Sudan’s RSF and the Quest for a Project (2 -3)
Tigani Abdelkader Hamed
September 27, 2023
(Translated by: Ramadan Ahmed)
Despite this power, General Hemetti was apprehensive about the regular military institution, which in turn was wary of him. Although he was able to persuade some of the retired army officers to join him, he still had concerns. The pursuit of dismantling the military institution and replacing it with loyal tribal elements is one of the similarities between him and Gaddafi. This prompted us to revisit this topic in an attempt to complete the comparison by providing a brief overview of the steps Colonel Gaddafi took in dismantling and rebuilding the military institution. We will also examine how General Hemetti attempted to follow the same path and ended up with the same catastrophic results in just four years that it took Colonel Gaddafi forty years to achieve. However, let us first look at Colonel Gaddafi’s actions.
The Dismantling Project of Colonel Gaddafi
As soon as Colonel Gaddafi seized power, he dismissed many army officers, converting some into civilian positions and others into diplomatic roles abroad.

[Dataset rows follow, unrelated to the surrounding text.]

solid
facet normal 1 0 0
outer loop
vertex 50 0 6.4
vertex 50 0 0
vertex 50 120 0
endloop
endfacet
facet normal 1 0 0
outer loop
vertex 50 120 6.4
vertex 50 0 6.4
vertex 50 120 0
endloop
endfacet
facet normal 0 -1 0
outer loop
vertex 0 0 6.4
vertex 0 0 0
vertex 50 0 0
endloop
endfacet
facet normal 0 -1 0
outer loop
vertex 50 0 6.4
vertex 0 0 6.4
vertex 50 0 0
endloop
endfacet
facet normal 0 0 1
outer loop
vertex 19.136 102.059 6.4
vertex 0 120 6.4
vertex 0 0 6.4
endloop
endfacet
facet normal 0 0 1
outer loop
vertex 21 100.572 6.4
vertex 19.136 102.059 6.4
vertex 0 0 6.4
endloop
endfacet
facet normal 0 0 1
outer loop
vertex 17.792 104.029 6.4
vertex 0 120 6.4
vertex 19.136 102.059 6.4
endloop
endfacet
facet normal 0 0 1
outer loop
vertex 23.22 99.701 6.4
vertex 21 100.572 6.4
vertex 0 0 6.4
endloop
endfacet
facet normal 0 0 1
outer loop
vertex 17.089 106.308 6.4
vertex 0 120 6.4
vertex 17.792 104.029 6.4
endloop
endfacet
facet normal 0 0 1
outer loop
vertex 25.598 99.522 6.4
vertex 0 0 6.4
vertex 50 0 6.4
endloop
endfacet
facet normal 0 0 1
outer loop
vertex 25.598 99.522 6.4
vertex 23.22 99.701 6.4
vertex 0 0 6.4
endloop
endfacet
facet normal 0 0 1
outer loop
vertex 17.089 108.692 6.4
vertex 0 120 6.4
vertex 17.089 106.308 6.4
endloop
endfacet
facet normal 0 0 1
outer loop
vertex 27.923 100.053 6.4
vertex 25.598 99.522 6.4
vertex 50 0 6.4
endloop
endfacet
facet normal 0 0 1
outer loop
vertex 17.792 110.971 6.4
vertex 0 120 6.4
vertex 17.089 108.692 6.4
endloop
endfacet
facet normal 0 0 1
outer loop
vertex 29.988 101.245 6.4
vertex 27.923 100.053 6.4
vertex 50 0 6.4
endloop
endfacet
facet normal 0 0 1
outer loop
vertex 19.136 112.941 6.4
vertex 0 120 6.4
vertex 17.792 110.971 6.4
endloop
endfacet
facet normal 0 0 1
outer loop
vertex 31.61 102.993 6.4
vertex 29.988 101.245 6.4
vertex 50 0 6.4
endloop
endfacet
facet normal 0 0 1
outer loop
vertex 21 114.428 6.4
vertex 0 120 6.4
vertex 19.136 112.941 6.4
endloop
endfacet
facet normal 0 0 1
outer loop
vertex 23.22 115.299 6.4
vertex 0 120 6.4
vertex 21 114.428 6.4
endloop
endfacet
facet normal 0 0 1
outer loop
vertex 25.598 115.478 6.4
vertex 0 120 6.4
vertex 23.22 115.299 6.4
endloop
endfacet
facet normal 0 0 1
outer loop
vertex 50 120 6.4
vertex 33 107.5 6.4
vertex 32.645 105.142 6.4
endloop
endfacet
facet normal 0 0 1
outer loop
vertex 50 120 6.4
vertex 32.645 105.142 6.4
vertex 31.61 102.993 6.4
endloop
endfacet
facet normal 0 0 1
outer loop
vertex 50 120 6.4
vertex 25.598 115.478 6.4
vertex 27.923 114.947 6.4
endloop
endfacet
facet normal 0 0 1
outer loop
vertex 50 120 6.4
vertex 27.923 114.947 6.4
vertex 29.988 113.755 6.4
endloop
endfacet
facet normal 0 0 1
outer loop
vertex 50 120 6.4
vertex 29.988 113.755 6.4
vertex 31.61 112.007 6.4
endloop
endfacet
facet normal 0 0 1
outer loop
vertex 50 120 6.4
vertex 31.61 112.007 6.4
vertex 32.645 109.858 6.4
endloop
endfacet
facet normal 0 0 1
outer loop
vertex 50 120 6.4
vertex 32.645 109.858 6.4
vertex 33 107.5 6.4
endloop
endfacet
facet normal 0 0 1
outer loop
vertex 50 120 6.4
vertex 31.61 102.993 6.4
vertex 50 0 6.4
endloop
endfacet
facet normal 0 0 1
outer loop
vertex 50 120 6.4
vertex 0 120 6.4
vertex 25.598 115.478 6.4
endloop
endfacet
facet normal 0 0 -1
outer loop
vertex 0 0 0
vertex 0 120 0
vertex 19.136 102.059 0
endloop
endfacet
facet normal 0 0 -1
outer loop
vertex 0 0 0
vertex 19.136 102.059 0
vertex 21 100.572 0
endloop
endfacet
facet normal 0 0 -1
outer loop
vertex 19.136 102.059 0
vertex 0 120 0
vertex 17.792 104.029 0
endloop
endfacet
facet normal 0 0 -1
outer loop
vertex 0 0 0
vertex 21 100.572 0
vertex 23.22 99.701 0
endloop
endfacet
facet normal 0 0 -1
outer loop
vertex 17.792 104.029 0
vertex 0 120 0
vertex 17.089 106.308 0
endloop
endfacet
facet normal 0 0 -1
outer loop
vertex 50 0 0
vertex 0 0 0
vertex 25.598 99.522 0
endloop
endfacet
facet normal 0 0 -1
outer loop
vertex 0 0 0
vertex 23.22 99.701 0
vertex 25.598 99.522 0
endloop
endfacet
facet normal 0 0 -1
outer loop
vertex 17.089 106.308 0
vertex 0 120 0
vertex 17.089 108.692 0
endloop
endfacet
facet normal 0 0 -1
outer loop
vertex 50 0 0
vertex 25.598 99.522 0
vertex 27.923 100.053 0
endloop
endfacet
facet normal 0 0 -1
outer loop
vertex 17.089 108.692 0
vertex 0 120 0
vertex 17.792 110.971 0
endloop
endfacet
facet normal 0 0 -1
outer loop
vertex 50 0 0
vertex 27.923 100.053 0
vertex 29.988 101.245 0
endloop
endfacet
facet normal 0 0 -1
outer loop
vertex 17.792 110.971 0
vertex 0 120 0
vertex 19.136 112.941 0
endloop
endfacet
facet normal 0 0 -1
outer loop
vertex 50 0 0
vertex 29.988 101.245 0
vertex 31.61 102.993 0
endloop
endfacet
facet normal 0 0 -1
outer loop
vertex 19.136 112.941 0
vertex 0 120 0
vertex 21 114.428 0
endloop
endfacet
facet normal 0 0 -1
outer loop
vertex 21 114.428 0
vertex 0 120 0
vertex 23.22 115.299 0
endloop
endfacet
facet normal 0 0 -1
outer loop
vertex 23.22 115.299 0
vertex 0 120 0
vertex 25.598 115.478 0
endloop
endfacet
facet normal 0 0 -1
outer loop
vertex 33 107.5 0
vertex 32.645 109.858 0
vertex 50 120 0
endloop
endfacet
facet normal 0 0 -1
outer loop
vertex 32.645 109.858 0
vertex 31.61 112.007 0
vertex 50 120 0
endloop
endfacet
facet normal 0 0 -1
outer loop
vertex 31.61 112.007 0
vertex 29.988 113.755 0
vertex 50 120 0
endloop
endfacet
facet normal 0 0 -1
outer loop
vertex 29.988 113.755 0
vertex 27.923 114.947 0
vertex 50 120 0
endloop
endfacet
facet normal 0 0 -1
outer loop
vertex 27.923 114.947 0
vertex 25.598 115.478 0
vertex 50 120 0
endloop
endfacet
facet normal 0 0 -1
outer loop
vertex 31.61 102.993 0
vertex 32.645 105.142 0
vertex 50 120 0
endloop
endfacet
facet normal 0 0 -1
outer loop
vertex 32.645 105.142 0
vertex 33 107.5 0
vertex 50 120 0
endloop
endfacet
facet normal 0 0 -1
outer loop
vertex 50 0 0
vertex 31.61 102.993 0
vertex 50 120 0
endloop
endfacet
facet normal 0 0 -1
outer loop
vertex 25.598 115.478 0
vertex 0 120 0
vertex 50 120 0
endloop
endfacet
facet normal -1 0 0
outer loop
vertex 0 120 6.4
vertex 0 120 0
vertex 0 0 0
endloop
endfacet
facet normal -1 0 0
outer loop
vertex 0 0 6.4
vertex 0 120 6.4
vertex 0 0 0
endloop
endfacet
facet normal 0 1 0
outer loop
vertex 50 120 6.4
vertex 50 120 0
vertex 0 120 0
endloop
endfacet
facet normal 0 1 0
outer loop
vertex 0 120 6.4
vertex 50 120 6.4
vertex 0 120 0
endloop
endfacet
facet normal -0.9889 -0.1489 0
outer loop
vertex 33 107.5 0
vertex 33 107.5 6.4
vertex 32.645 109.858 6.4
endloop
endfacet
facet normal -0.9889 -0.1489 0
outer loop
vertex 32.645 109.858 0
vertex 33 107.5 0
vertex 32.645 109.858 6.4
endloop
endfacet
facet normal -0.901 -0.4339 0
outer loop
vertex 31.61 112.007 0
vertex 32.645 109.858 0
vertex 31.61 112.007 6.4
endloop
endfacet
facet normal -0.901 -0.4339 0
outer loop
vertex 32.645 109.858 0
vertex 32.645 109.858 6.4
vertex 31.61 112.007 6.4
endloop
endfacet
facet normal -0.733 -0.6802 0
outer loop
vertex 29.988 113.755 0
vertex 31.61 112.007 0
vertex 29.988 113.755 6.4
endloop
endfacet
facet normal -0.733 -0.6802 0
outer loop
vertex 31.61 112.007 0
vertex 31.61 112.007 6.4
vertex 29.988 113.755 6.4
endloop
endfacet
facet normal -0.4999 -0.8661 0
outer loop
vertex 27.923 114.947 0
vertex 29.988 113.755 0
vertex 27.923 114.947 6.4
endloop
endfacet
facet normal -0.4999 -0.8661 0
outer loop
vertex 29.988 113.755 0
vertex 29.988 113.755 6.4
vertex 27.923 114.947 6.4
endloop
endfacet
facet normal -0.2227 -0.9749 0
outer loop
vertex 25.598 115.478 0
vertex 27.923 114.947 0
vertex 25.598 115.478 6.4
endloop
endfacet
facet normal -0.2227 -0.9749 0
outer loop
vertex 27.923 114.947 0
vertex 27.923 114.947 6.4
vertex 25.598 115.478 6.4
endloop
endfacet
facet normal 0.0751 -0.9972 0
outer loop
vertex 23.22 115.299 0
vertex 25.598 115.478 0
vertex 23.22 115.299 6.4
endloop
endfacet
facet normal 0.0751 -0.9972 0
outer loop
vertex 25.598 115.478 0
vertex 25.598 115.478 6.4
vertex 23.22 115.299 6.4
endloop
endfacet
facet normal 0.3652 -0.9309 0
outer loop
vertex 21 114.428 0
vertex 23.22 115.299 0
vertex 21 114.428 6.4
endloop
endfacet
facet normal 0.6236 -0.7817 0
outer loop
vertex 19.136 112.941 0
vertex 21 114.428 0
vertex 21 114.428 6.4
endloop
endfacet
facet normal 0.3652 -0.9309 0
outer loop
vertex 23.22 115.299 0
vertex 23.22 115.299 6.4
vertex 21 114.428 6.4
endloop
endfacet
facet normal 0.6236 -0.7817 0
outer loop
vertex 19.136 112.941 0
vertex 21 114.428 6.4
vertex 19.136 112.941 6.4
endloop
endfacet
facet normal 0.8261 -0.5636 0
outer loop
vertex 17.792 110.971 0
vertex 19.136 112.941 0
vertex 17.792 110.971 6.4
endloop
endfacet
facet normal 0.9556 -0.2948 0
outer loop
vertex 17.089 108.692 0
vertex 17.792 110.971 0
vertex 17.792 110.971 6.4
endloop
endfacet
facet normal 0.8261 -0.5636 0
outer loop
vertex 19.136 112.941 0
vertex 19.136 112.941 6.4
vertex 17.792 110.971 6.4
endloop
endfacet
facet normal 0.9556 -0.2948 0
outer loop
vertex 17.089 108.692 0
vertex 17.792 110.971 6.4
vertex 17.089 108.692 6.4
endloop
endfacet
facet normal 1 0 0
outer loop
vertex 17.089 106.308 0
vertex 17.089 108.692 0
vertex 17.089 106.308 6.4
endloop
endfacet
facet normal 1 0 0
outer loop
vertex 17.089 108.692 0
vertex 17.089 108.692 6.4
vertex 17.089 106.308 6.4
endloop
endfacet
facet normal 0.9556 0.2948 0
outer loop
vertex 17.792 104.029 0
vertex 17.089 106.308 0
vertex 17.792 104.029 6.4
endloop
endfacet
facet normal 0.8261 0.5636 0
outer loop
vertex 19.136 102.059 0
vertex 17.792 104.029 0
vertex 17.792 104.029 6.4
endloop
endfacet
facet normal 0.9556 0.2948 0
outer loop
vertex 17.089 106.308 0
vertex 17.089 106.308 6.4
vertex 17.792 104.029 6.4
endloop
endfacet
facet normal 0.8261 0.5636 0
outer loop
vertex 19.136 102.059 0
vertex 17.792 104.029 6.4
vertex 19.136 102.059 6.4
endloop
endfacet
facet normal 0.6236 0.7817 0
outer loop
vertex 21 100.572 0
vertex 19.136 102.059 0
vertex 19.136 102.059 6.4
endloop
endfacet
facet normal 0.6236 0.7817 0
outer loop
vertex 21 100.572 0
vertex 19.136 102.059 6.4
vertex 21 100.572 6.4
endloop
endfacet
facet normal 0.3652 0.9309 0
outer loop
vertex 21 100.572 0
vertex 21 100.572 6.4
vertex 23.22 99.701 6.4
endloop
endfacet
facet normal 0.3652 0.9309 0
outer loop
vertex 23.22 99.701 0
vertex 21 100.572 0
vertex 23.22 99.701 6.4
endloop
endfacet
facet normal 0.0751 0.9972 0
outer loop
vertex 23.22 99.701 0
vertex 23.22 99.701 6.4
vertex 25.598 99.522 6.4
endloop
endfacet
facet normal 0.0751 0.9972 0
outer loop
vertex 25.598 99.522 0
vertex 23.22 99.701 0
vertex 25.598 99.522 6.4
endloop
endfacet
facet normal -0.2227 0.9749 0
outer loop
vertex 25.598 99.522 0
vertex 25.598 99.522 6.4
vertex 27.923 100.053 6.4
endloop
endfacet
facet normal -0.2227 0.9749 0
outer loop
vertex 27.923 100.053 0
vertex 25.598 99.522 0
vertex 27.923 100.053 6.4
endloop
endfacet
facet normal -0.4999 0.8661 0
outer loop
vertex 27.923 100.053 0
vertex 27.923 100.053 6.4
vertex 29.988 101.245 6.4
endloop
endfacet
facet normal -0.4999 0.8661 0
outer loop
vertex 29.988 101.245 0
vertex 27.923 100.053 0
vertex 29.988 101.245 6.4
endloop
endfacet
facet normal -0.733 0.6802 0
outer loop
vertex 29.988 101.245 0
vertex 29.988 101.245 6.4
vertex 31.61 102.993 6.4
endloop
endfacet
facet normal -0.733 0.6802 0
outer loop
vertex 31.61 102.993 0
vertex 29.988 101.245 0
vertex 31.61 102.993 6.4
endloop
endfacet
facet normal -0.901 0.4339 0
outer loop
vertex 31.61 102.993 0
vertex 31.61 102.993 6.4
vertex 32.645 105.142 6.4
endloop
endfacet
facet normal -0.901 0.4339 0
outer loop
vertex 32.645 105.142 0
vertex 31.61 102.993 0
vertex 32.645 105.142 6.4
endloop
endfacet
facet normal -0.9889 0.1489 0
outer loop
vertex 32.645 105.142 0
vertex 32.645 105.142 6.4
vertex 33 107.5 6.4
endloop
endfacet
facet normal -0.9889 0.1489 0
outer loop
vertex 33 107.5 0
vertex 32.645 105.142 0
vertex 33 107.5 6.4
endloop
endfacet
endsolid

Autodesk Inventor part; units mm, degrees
ref_plane "YZ Plane" through (0, 0, 0) normal (1, 0, 0) x (0, 1, 0)
ref_plane "XZ Plane" through (0, 0, 0) normal (0, 1, 0) x (-1, 0, 0)
ref_plane "XY Plane" through (0, 0, 0) normal (0, 0, 1) x (1, 0, 0)
sketch "Boceto1" plane through (0, 0, 0) normal (0, 0, 1) x (1, 0, 0)
  line L0 (0, 0) -> (50, 0)
  line L1 (50, 0) -> (50, 120)
  line L2 (50, 120) -> (0, 120)
  line L3 (0, 120) -> (0, 0)
  dimension "d0" = 50
  dimension "d1" = 120
extrude "Extrusión1" add sketch "Boceto1" along normal blind 6.4
sketch "Boceto2" plane through (0, 0, 6.4) normal (0, 0, 1) x (1, 0, 0)
  line L0 (50, 120) -> (0, 120) projected
  line L1 (25, 120) -> (25, 117)
  line L2 (25, 117) -> (25, 107.5)
  circle A0 centre (25, 107.5) radius 8
  point P0 (0, 0)
  dimension "d4" = 3
  dimension "d5" = 9.5
  dimension "d6" = 16
extrude "Extrusión2" cut sketch "Boceto2" against normal through all
properties part number "Base_cortadora"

He ordered the closure of the Royal Military College in Benghazi. He started recruiting high school students, sending them to military colleges in Egypt to form the nucleus of his new military institution. These steps were unsurprising for a revolutionary movement seeking to secure its domestic military position while strengthening its regional and ideological (Pan-Arab nationalist) influence. However, what was surprising is that the “tribal underpinning” of this “nationalist revolutionary” leader’s support base was quite narrow.
Colonel Gaddafi insisted that only those who met tribal requirements could join his new military institution. He ordered all members of his own tribe, the “Gaddafi,” who were studying in high school to enrol in the military college. He even included those who did not have a high school diploma. Abdul Salam Jalloud did the same for members of the “Miqarhah” tribe, and among them was Abdullah Al-Sanusi, known as “Al-Maqrahi,” who did not have a diploma from the Teacher Training Institute. Gaddafi’s decree and Jalloud’s endorsement were equivalent to a diploma.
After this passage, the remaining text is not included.